(PROBLEM TO WORK ON): The line that contains "f 21 22 310" marks the end: retype the data below exactly from its first line through that line.
** Opening EXERCISE MATERIALS block **
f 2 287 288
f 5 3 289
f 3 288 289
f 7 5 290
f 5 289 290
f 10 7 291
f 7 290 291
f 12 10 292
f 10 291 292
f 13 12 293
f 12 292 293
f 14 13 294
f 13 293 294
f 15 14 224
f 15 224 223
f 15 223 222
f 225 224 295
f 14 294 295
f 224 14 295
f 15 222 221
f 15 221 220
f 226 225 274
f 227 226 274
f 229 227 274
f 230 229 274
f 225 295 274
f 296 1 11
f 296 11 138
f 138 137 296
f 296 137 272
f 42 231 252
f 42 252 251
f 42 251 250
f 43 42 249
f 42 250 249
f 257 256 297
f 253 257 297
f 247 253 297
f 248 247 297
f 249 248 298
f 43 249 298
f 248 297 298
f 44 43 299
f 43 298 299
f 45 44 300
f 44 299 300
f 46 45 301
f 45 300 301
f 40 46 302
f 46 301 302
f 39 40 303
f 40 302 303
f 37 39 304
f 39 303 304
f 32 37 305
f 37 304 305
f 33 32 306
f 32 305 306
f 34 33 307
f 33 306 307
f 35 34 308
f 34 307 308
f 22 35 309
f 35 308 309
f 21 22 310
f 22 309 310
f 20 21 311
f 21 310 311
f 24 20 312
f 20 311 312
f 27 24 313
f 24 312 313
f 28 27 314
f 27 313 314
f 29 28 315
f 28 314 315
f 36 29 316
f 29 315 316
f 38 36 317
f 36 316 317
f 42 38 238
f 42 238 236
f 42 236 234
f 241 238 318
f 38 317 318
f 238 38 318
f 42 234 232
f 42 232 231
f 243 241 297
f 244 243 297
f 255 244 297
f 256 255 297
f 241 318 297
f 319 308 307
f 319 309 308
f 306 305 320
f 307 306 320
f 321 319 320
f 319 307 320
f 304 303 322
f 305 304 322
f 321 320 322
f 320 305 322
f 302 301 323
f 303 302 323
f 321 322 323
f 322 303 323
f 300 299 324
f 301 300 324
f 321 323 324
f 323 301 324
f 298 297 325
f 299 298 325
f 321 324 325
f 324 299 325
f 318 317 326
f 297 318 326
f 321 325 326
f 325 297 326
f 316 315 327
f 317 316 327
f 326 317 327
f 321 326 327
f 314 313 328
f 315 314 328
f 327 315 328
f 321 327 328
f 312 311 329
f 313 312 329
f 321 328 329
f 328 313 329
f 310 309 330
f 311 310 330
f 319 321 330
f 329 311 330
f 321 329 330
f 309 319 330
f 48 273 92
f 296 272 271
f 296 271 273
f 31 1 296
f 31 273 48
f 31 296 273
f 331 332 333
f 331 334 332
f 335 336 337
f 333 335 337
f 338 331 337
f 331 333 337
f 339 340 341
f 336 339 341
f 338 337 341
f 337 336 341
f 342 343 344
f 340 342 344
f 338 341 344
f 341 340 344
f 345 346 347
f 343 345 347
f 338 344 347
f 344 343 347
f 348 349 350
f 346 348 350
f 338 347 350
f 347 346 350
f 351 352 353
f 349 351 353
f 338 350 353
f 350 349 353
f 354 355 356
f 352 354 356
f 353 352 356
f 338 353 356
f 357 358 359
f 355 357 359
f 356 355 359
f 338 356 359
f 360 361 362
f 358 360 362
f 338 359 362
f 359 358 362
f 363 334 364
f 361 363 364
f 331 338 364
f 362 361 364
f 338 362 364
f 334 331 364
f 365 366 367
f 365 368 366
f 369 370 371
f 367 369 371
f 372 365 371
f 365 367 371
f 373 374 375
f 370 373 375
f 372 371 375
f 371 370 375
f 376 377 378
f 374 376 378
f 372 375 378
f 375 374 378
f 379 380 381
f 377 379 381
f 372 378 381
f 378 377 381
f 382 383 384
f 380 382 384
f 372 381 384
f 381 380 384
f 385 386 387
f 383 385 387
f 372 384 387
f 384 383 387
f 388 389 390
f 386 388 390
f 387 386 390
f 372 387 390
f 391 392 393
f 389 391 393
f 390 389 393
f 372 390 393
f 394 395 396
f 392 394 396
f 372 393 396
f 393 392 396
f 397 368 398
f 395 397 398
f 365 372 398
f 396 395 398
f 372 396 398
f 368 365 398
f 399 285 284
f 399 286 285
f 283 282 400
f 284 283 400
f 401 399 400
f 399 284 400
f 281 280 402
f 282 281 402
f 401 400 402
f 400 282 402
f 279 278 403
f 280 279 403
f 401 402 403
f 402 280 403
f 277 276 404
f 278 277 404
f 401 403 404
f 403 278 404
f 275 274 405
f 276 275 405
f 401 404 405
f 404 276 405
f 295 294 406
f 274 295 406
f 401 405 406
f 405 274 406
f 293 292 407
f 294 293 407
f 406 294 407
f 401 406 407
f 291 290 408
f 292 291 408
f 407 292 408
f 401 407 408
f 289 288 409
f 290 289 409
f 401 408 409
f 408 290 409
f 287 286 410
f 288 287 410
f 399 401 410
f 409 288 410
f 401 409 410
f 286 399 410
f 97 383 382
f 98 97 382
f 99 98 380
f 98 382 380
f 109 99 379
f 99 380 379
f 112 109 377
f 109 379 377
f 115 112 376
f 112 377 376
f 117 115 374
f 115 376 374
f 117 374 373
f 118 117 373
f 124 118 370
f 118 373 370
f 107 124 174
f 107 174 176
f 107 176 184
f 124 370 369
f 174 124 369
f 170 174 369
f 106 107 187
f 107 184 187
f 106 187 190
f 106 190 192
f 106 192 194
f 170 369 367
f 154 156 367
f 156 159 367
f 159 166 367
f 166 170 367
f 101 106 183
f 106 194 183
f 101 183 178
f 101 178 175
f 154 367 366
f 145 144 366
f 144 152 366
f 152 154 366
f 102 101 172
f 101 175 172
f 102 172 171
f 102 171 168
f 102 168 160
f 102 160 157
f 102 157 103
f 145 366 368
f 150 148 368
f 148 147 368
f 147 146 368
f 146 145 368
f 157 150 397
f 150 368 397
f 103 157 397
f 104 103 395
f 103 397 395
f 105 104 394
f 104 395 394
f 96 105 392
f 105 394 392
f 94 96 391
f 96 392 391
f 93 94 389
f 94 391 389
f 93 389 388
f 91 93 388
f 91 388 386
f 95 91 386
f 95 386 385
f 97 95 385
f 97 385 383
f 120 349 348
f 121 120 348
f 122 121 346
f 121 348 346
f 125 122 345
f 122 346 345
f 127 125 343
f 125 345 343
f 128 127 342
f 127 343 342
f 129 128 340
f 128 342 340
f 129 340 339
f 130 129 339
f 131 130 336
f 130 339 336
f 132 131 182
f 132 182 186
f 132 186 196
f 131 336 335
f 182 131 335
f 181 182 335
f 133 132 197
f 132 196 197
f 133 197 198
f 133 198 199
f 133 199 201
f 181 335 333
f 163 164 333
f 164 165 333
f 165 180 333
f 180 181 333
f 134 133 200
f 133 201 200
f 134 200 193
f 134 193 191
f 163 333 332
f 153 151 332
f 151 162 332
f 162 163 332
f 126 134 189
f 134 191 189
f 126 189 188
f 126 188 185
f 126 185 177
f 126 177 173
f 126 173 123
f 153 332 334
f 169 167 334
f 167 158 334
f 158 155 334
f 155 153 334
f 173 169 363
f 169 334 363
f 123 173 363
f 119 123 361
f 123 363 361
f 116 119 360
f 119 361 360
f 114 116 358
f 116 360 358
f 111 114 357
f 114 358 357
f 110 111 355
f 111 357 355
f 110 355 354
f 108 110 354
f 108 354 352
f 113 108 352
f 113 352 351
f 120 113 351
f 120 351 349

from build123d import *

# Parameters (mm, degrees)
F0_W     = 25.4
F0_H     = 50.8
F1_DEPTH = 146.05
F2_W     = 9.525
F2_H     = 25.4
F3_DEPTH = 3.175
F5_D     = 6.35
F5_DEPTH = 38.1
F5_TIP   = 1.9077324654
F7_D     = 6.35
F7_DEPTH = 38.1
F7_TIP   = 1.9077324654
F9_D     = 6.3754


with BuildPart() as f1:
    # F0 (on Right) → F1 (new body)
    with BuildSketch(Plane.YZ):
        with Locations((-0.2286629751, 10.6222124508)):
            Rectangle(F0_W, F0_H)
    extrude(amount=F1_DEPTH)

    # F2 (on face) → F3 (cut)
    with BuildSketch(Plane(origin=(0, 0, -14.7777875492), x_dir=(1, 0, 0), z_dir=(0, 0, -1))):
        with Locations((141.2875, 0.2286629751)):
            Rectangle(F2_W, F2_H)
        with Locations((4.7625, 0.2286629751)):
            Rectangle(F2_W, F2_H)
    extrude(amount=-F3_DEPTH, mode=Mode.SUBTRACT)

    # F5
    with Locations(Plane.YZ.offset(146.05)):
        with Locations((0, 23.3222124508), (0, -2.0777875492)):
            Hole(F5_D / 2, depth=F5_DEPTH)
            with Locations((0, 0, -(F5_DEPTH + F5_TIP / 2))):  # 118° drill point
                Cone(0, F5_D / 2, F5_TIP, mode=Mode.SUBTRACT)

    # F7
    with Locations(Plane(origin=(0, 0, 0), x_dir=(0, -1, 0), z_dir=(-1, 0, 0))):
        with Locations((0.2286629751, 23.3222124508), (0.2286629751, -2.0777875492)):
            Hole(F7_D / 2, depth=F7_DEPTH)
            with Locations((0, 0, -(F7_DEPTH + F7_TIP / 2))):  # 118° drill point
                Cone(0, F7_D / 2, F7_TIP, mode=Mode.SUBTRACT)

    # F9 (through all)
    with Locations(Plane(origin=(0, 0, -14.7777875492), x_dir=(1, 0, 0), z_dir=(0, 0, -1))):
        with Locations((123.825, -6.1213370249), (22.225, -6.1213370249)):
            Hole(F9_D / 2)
** Closing EXERCISE MATERIALS block **
(EXERCISE OUTPUT):
f 2 287 288
f 5 3 289
f 3 288 289
f 7 5 290
f 5 289 290
f 10 7 291
f 7 290 291
f 12 10 292
f 10 291 292
f 13 12 293
f 12 292 293
f 14 13 294
f 13 293 294
f 15 14 224
f 15 224 223
f 15 223 222
f 225 224 295
f 14 294 295
f 224 14 295
f 15 222 221
f 15 221 220
f 226 225 274
f 227 226 274
f 229 227 274
f 230 229 274
f 225 295 274
f 296 1 11
f 296 11 138
f 138 137 296
f 296 137 272
f 42 231 252
f 42 252 251
f 42 251 250
f 43 42 249
f 42 250 249
f 257 256 297
f 253 257 297
f 247 253 297
f 248 247 297
f 249 248 298
f 43 249 298
f 248 297 298
f 44 43 299
f 43 298 299
f 45 44 300
f 44 299 300
f 46 45 301
f 45 300 301
f 40 46 302
f 46 301 302
f 39 40 303
f 40 302 303
f 37 39 304
f 39 303 304
f 32 37 305
f 37 304 305
f 33 32 306
f 32 305 306
f 34 33 307
f 33 306 307
f 35 34 308
f 34 307 308
f 22 35 309
f 35 308 309
f 21 22 310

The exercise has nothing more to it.